[WHAT IS EXPECTED] Transcribe exactly each line of the entries, from the opening line to the line with "e9 v9 v10 LINE", with both of those lines included.

++++ EXTRACTED DATA

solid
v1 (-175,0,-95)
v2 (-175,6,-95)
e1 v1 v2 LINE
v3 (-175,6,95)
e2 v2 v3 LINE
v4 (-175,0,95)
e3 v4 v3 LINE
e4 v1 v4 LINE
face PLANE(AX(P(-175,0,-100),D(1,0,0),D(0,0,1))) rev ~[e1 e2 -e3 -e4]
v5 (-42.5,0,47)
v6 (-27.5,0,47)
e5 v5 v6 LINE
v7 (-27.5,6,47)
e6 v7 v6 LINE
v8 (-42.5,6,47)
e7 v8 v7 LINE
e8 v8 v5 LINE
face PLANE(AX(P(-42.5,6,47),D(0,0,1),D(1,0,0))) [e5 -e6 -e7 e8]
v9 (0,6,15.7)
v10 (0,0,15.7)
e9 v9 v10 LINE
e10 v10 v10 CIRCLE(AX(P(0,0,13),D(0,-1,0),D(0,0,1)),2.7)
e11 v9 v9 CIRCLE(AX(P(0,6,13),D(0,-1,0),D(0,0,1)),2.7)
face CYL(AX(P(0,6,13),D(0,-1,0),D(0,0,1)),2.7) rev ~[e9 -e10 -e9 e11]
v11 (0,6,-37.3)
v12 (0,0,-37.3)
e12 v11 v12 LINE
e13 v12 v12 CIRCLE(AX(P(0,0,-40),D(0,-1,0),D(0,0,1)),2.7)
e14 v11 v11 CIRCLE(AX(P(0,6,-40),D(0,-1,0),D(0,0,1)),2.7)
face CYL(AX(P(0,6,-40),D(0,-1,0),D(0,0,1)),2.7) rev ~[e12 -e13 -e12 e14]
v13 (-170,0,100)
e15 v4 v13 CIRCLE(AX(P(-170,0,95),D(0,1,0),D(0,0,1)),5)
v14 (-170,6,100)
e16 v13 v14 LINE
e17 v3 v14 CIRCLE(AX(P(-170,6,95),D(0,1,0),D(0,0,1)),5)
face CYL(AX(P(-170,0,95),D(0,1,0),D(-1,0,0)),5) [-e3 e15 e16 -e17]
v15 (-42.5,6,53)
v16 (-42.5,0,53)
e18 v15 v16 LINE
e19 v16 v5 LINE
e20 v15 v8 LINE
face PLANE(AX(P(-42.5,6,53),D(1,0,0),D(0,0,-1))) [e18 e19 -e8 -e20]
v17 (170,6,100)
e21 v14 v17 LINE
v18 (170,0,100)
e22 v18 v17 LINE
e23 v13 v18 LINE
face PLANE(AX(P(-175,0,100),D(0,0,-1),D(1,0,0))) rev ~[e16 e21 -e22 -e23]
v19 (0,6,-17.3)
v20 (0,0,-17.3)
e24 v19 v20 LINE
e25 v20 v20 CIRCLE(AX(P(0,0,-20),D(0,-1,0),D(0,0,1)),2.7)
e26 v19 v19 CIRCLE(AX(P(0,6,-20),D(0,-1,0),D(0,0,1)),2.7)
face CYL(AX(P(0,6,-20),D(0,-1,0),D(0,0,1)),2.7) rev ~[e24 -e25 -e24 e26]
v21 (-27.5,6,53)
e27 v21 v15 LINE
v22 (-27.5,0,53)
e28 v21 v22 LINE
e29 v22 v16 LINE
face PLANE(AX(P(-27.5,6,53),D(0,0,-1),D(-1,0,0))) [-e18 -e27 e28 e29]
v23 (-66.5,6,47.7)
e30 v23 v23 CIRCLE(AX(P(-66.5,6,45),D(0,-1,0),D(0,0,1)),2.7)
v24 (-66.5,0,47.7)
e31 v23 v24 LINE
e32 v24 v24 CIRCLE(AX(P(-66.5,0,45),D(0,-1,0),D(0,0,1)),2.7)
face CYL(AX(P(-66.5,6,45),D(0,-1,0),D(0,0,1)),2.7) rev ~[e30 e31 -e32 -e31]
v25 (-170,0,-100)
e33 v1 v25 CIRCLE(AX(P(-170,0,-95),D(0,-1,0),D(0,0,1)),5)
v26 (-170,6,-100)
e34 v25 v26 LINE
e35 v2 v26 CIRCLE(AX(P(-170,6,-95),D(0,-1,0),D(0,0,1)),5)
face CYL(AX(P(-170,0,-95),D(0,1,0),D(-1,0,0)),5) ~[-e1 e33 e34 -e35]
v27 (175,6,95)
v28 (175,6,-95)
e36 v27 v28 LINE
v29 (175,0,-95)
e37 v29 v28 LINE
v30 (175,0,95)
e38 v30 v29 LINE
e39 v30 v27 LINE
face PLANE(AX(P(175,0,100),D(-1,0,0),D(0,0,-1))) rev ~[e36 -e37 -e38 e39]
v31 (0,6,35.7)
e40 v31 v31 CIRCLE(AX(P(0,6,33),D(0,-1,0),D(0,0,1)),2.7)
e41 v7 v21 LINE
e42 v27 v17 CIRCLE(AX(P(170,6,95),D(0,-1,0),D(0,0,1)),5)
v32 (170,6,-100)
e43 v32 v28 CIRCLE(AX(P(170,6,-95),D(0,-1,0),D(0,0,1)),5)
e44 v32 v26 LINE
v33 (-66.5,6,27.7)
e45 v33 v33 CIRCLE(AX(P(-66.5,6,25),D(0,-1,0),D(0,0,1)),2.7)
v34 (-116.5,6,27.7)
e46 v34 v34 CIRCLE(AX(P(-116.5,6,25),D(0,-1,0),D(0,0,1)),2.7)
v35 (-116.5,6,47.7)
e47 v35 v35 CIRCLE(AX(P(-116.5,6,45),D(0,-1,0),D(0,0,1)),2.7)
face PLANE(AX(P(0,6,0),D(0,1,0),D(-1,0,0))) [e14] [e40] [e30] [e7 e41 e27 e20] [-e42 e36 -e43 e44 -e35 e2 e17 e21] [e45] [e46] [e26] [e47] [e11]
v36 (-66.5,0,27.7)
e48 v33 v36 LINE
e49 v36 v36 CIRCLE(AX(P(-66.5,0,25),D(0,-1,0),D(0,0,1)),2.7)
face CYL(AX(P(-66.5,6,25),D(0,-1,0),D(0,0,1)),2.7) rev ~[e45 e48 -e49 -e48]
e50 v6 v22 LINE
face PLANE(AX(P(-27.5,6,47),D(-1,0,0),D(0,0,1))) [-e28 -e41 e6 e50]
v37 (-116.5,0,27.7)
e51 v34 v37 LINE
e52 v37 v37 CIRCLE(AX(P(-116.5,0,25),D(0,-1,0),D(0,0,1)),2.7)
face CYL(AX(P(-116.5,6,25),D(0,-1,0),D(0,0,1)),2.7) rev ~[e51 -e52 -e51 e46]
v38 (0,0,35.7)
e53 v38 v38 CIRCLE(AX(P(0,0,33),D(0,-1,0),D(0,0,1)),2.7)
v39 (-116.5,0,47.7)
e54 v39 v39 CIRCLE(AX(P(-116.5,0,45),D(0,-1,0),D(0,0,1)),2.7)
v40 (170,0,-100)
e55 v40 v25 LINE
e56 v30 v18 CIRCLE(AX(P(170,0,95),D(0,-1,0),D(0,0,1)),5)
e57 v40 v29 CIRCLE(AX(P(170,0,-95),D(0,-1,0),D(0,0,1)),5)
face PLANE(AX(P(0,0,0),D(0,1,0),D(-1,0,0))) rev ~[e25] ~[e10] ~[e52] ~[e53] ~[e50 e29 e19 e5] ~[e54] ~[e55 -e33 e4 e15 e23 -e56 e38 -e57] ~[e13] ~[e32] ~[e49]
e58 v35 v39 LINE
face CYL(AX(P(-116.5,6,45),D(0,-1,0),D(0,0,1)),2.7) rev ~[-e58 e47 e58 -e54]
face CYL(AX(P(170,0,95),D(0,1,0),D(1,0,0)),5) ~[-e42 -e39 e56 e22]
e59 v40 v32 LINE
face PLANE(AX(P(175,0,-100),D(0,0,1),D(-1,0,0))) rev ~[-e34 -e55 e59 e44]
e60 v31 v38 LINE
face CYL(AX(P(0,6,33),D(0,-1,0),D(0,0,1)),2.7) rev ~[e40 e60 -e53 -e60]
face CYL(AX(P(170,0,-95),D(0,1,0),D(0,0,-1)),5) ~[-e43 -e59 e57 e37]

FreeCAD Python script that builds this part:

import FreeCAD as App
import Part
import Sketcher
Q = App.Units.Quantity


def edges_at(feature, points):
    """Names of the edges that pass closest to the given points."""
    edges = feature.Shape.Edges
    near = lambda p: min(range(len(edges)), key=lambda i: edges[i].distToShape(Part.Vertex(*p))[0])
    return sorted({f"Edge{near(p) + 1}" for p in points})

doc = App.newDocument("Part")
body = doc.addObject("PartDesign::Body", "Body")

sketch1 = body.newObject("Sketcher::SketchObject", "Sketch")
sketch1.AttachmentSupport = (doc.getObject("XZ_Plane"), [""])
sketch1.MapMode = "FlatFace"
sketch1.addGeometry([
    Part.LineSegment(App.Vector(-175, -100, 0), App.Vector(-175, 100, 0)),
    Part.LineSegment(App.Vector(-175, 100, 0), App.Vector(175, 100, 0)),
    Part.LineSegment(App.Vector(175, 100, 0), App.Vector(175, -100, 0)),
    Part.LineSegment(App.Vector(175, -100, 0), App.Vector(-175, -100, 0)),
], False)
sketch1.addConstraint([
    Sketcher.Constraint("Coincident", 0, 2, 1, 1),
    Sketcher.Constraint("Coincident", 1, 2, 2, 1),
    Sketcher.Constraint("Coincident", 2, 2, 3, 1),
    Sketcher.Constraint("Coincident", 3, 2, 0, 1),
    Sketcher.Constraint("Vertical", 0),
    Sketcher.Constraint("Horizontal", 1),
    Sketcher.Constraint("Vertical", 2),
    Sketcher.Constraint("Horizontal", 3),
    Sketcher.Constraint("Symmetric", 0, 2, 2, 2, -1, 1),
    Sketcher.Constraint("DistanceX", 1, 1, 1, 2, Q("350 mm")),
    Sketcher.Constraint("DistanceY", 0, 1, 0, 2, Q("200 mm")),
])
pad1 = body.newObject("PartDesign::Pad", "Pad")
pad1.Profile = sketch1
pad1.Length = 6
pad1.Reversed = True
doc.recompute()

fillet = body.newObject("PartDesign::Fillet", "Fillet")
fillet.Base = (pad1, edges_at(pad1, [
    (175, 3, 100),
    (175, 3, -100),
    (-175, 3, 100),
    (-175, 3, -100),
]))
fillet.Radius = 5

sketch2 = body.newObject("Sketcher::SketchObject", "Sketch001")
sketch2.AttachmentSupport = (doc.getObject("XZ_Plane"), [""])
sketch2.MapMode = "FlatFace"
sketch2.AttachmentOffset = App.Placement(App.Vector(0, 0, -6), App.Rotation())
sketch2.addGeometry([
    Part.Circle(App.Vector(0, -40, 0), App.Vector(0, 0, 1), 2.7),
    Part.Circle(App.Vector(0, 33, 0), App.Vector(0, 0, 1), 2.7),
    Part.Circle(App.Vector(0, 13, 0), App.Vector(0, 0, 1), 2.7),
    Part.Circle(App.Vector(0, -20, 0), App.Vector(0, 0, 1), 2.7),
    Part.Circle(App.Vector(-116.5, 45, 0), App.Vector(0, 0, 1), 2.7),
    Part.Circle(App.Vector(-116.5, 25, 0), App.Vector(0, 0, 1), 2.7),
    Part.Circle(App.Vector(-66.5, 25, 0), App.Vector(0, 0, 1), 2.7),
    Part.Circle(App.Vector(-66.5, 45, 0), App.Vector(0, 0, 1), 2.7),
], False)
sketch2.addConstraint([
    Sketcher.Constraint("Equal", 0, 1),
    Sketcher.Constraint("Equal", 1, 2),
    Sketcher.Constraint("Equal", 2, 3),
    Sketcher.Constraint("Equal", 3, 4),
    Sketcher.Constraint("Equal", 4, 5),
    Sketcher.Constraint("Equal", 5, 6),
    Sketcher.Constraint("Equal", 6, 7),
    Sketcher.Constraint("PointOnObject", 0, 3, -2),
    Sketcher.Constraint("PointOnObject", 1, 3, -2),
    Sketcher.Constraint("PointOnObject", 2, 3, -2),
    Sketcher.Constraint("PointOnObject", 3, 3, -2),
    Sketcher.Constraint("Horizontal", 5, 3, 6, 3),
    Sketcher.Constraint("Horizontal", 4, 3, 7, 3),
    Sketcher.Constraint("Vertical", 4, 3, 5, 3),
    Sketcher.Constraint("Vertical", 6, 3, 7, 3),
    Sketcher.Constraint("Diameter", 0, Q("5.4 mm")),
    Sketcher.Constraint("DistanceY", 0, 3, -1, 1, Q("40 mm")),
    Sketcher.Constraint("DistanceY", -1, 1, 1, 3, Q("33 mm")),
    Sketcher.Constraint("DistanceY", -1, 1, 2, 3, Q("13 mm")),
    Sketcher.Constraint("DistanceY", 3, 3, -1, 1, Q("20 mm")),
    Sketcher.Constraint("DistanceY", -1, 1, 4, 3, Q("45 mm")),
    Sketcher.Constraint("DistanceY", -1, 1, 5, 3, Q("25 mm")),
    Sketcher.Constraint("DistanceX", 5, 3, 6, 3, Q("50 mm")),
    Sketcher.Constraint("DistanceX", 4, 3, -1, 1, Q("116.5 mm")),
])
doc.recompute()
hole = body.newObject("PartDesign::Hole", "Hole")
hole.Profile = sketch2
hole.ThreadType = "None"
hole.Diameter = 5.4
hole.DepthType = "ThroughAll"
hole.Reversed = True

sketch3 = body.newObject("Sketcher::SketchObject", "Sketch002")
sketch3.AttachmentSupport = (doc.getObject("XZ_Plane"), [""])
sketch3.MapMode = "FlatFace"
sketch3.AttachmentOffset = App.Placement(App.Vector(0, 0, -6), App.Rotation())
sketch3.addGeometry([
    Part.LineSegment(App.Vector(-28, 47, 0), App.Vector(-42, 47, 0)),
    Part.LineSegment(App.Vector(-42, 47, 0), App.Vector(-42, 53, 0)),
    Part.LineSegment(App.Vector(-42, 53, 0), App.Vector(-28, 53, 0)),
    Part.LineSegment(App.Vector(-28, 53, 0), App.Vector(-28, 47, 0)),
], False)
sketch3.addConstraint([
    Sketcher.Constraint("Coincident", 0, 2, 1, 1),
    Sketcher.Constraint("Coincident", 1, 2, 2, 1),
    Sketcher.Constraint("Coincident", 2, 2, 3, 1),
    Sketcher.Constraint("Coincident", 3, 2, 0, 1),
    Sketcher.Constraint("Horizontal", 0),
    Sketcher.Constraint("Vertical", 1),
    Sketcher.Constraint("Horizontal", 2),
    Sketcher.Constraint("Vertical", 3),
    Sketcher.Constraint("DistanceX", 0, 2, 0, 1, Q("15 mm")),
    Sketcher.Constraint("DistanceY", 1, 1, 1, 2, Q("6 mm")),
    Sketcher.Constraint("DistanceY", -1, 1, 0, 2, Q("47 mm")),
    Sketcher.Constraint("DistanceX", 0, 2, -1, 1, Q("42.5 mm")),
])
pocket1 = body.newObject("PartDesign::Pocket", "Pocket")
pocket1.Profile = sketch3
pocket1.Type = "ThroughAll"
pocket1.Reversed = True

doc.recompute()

++++++++

[ANSWER SECTION]
solid
v1 (-175,0,-95)
v2 (-175,6,-95)
e1 v1 v2 LINE
v3 (-175,6,95)
e2 v2 v3 LINE
v4 (-175,0,95)
e3 v4 v3 LINE
e4 v1 v4 LINE
face PLANE(AX(P(-175,0,-100),D(1,0,0),D(0,0,1))) rev ~[e1 e2 -e3 -e4]
v5 (-42.5,0,47)
v6 (-27.5,0,47)
e5 v5 v6 LINE
v7 (-27.5,6,47)
e6 v7 v6 LINE
v8 (-42.5,6,47)
e7 v8 v7 LINE
e8 v8 v5 LINE
face PLANE(AX(P(-42.5,6,47),D(0,0,1),D(1,0,0))) [e5 -e6 -e7 e8]
v9 (0,6,15.7)
v10 (0,0,15.7)
e9 v9 v10 LINE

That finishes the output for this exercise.